# Do you accept credit cards?



## iStuart (Nov 3, 2016)

I searched this topic and found nothing new since Dec. 2014 so thought I'd ask what you're all doing about accepting credit cards these days. Our contracts specify payment by check or cash at the completion of the job, but we get a fair number of people who don't read that even though it's bolded and highlighted. We're about to make some changes to our form and are discussing adding a line item discount for check/cash. We do have the ability to accept credit cards through PayPal via our website. It works. But I think in 2016 there could be an easier and economical way to accept credit cards out in the field. 

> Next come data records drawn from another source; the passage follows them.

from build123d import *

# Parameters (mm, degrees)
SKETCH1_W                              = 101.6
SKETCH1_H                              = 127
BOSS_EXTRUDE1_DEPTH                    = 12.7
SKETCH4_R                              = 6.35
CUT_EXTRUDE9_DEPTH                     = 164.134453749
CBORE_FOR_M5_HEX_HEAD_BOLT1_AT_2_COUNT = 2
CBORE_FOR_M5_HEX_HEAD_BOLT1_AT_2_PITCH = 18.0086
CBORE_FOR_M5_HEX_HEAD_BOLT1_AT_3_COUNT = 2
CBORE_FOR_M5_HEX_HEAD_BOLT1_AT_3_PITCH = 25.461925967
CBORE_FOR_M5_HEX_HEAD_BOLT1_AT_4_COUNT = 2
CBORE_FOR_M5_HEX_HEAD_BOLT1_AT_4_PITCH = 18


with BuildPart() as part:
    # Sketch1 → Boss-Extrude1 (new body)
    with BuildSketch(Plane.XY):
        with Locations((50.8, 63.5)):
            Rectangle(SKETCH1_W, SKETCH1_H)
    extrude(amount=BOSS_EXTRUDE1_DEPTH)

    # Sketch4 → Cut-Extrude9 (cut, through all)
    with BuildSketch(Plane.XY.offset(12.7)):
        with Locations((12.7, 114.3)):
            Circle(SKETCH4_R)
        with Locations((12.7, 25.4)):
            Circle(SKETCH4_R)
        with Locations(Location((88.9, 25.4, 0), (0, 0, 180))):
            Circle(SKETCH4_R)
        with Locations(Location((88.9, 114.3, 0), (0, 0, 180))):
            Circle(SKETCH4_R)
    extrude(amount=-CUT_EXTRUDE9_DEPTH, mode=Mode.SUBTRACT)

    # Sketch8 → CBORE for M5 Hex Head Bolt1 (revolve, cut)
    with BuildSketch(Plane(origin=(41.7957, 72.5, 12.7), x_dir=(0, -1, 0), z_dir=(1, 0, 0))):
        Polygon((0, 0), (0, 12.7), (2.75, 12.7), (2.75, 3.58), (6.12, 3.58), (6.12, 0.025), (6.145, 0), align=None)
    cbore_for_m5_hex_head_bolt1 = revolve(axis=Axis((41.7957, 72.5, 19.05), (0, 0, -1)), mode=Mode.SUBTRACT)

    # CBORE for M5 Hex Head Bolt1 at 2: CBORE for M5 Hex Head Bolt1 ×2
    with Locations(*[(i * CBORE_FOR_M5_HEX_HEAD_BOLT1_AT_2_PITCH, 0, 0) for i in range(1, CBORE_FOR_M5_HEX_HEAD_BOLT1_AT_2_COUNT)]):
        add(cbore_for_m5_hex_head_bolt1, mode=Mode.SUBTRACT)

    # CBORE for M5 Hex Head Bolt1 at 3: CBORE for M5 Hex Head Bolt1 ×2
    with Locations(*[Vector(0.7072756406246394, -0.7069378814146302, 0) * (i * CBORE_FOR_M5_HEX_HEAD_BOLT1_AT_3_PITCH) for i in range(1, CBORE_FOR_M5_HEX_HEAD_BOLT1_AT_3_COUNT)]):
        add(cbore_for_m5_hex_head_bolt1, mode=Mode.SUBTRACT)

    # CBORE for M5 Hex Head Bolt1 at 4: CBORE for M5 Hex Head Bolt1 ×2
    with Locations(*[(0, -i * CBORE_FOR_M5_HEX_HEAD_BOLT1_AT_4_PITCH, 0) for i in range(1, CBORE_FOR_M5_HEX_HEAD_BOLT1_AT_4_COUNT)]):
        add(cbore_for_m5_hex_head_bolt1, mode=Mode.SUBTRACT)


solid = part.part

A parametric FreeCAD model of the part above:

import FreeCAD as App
import Part
import Sketcher

V = App.Vector
Q = App.Units.Quantity

doc = App.newDocument("Part")
body = doc.addObject("PartDesign::Body", "Body")

# Sketch on XY plane
sketch1 = body.newObject("Sketcher::SketchObject", "Sketch")
sketch1.AttachmentSupport = (doc.getObject("XY_Plane"), [""])
sketch1.MapMode = "FlatFace"
sketch1.addGeometry(Part.LineSegment(V(0, 127, 0), V(0, 0, 0)), False)
sketch1.addGeometry(Part.LineSegment(V(0, 0, 0), V(102, 0, 0)), False)
sketch1.addGeometry(Part.LineSegment(V(102, 0, 0), V(102, 127, 0)), False)
sketch1.addGeometry(Part.LineSegment(V(102, 127, 0), V(0, 127, 0)), False)
sketch1.addConstraint(Sketcher.Constraint("Coincident", 0, 2, 1, 1))
sketch1.addConstraint(Sketcher.Constraint("Coincident", 1, 2, 2, 1))
sketch1.addConstraint(Sketcher.Constraint("Coincident", 2, 2, 3, 1))
sketch1.addConstraint(Sketcher.Constraint("Coincident", 3, 2, 0, 1))
sketch1.addConstraint(Sketcher.Constraint("Vertical", 0))
sketch1.addConstraint(Sketcher.Constraint("Horizontal", 1))
sketch1.addConstraint(Sketcher.Constraint("Vertical", 2))
sketch1.addConstraint(Sketcher.Constraint("Horizontal", 3))
sketch1.addConstraint(Sketcher.Constraint("Coincident", 0, 2, -1, 1))
sketch1.addConstraint(Sketcher.Constraint("DistanceX", 1, 1, 1, 2, Q("4 in")))
sketch1.addConstraint(Sketcher.Constraint("DistanceY", 0, 2, 0, 1, Q("5 in")))
pad1 = body.newObject("PartDesign::Pad", "Pad")
pad1.Profile = sketch1
pad1.Length = Q("0.5 in")

# Sketch on XY plane
sketch2 = body.newObject("Sketcher::SketchObject", "Sketch001")
sketch2.AttachmentSupport = (doc.getObject("XY_Plane"), [""])
sketch2.MapMode = "FlatFace"
sketch2.AttachmentOffset = App.Placement(V(0, 0, 0.5 * 25.4), App.Rotation())
sketch2.addGeometry(Part.Circle(V(13, 114, 0), V(0, 0, 1), 6), False)
sketch2.addGeometry(Part.Circle(V(13, 25, 0), V(0, 0, 1), 6), False)
sketch2.addGeometry(Part.Circle(V(89, 25, 0), V(0, 0, 1), 6), False)
sketch2.addGeometry(Part.Circle(V(89, 114, 0), V(0, 0, 1), 6), False)
sketch2.addConstraint(Sketcher.Constraint("Equal", 0, 1))
sketch2.addConstraint(Sketcher.Constraint("Equal", 1, 2))
sketch2.addConstraint(Sketcher.Constraint("Equal", 2, 3))
sketch2.addConstraint(Sketcher.Constraint("Horizontal", 1, 3, 2, 3))
sketch2.addConstraint(Sketcher.Constraint("Horizontal", 0, 3, 3, 3))
sketch2.addConstraint(Sketcher.Constraint("Vertical", 0, 3, 1, 3))
sketch2.addConstraint(Sketcher.Constraint("Vertical", 2, 3, 3, 3))
sketch2.addConstraint(Sketcher.Constraint("Diameter", 0, Q("0.5 in")))
sketch2.addConstraint(Sketcher.Constraint("DistanceY", -1, 1, 1, 3, Q("1 in")))
sketch2.addConstraint(Sketcher.Constraint("DistanceX", 1, 3, 2, 3, Q("3 in")))
sketch2.addConstraint(Sketcher.Constraint("DistanceX", -1, 1, 0, 3, Q("0.5 in")))
sketch2.addConstraint(Sketcher.Constraint("DistanceY", -1, 1, 0, 3, Q("4.5 in")))
pocket1 = body.newObject("PartDesign::Pocket", "Pocket")
pocket1.Profile = sketch2
pocket1.Type = "ThroughAll"

# Sketch on YZ plane
sketch3 = body.newObject("Sketcher::SketchObject", "Sketch002")
sketch3.AttachmentSupport = (doc.getObject("YZ_Plane"), [""])
sketch3.MapMode = "FlatFace"
sketch3.AttachmentOffset = App.Placement(V(0, 0, 1.6455 * 25.4), App.Rotation())
sketch3.addGeometry(Part.LineSegment(V(72.5, 0, 0), V(72.5, 12.7, 0)), False)
sketch3.addGeometry(Part.LineSegment(V(72.5, 12.7, 0), V(66.355, 12.7, 0)), False)
sketch3.addGeometry(Part.LineSegment(V(66.355, 12.7, 0), V(66.38, 12.675, 0)), False)
sketch3.addGeometry(Part.LineSegment(V(66.38, 12.675, 0), V(66.38, 9.12, 0)), False)
sketch3.addGeometry(Part.LineSegment(V(66.38, 9.12, 0), V(69.75, 9.12, 0)), False)
sketch3.addGeometry(Part.LineSegment(V(69.75, 9.12, 0), V(69.75, 0, 0)), False)
sketch3.addGeometry(Part.LineSegment(V(69.75, 0, 0), V(72.5, 0, 0)), False)
sketch3.addGeometry(Part.LineSegment(V(72.5, 12.7, 0), V(72.5, 0, 0)), True)  # axis
sketch3.addConstraint(Sketcher.Constraint("Coincident", 0, 2, 1, 1))
sketch3.addConstraint(Sketcher.Constraint("Coincident", 1, 2, 2, 1))
sketch3.addConstraint(Sketcher.Constraint("Coincident", 2, 2, 3, 1))
sketch3.addConstraint(Sketcher.Constraint("Coincident", 3, 2, 4, 1))
sketch3.addConstraint(Sketcher.Constraint("Coincident", 4, 2, 5, 1))
sketch3.addConstraint(Sketcher.Constraint("Coincident", 5, 2, 6, 1))
sketch3.addConstraint(Sketcher.Constraint("Coincident", 6, 2, 0, 1))
sketch3.addConstraint(Sketcher.Constraint("Vertical", 0))
sketch3.addConstraint(Sketcher.Constraint("Horizontal", 1))
sketch3.addConstraint(Sketcher.Constraint("Vertical", 3))
sketch3.addConstraint(Sketcher.Constraint("Horizontal", 4))
sketch3.addConstraint(Sketcher.Constraint("Vertical", 5))
sketch3.addConstraint(Sketcher.Constraint("Horizontal", 6))
sketch3.addConstraint(Sketcher.Constraint("Vertical", 7))
sketch3.addConstraint(Sketcher.Constraint("Coincident", 7, 1, 0, 2))
sketch3.addConstraint(Sketcher.Constraint("PointOnObject", 5, 2, -1))
sketch3.addConstraint(Sketcher.Constraint("PointOnObject", 7, 2, -1))
sketch3.addConstraint(Sketcher.Constraint("DistanceY", 0, 1, 0, 2, Q("0.5 in")))
sketch3.addConstraint(Sketcher.Constraint("Angle", 2, Q("-45 deg")))
sketch3.addConstraint(Sketcher.Constraint("DistanceX", 1, 2, 1, 1, Q("6.145 mm")))
sketch3.addConstraint(Sketcher.Constraint("DistanceX", 4, 1, 4, 2, Q("3.37 mm")))
sketch3.addConstraint(Sketcher.Constraint("DistanceX", 6, 1, 6, 2, Q("2.75 mm")))
sketch3.addConstraint(Sketcher.Constraint("DistanceY", 3, 2, 3, 1, Q("3.555 mm")))
sketch3.addConstraint(Sketcher.Constraint("DistanceX", -1, 1, 0, 2, Q("72.5 mm")))
groove = body.newObject("PartDesign::Groove", "Groove")
groove.Profile = sketch3
groove.ReferenceAxis = (sketch3, ["Axis0"])
groove.Angle = 360
doc.recompute()

linearpattern = body.newObject("PartDesign::LinearPattern", "LinearPattern")
linearpattern.Originals = [groove]
linearpattern.Direction = (doc.getObject("X_Axis"), [""])
linearpattern.Mode = "offset"
linearpattern.Offset = Q("0.709 in")
linearpattern.Occurrences = 2
body.Tip = linearpattern
doc.recompute()

datumline = body.newObject("PartDesign::Line", "DatumLine")
datumline.Placement = App.Placement(V(0, 0, 0), App.Rotation(V(0, 0, 1), V(0.707275641, -0.706937881, 0)))
linearpattern2 = body.newObject("PartDesign::LinearPattern", "LinearPattern001")
linearpattern2.Originals = [groove]
linearpattern2.Direction = (datumline, [""])
linearpattern2.Mode = "offset"
linearpattern2.Offset = 25.461926
linearpattern2.Occurrences = 2
body.Tip = linearpattern2
doc.recompute()

linearpattern3 = body.newObject("PartDesign::LinearPattern", "LinearPattern002")
linearpattern3.Originals = [groove]
linearpattern3.Direction = (doc.getObject("Y_Axis"), [""])
linearpattern3.Mode = "offset"
linearpattern3.Offset = 18
linearpattern3.Occurrences = 2
linearpattern3.Reversed = True
body.Tip = linearpattern3

doc.recompute()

Square seems to be quite popular but requires a reader. How long does it take them to transfer money to your bank account? I was looking online to see what's available and found a phone app that uses your phone's camera to scan the credit card. It sounded interesting until I discovered that it folded in February. I'd like to know what you're using, how straightforward you find it to be, and whether you'd recommend it to others.

TIA,
Iris


----------



## ChoppyChoppy (Nov 3, 2016)

Square. Takes 2-3 days to have the $$. Costs aren't too bad. Like Sunday did a $590 sale, I got $573 out of it.


----------



## mu2bdriver (Nov 3, 2016)

My wife uses square and loves it. She just adds the fees back into the price of the sale. They've been around long enough to the point I think they'll be around for a while. Personally I wouldn't trust someone to take an image of my card not knowing if they were also taking a photograph. Square and PayPal should have you covered. 


Sent from my iPhone using Tapatalk


----------



## ATH (Nov 3, 2016)

Square will send you a free reader.


----------



## Griff93 (Nov 4, 2016)

I used square Tuesday for a customer. We are cash or check as well. I'll process a CC but only if I don't have to eat the fees.


----------



## TreeHuggers (Nov 17, 2016)

We accept Square payments and online payments through our invoicing. Fees are about the same, 2-3 day wait is also standard. 2.5% with card swipe, 3.5% without card present. The fees stink, but the convenience makes our customers really happy and we get paid faster than if we had to wait on checks. I also feel that it makes us appear more professional.


----------



## crotchclimber (Nov 18, 2016)

We use Aprivapay+ smartphone app. We have some card swipers but I haven't been able to get them to work 90% of the time so I manually enter the info even though the rate is higher. We always tell customers we prefer check or cash when they ask if they can pay with a card. We are moving our business management to Jobber software and I think that has it's own payment app so I'll see soon how that works.


----------



## Jonathan Dulaney (Jan 22, 2017)

The question is how can you NOT accept credit cards this day and age.


----------



## BC WetCoast (Jan 25, 2017)

Quote the price. Offer discount for cash/cheque. That is, assume people are using cc.


----------



## D.Co181Inf (Jan 31, 2017)

I use a better reader than square, had to pay a miniscule fee for it, but I get 24# support, you get nothing from square from what I understand, money is in next business day, and same fees for swipe and manual entry. Mine is far,far more secure than square as well. These are all the reasonsame I chose not to go with square.


----------



## mijdirtyjeep (Feb 1, 2017)

D.Co181Inf said:


> I use a better reader than square, had to pay a miniscule fee for it, but I get 24# support, you get nothing from square from what I understand, money is in next business day, and same fees for swipe and manual entry. Mine is far,far more secure than square as well. These are all the reasonsame I chose not to go with square.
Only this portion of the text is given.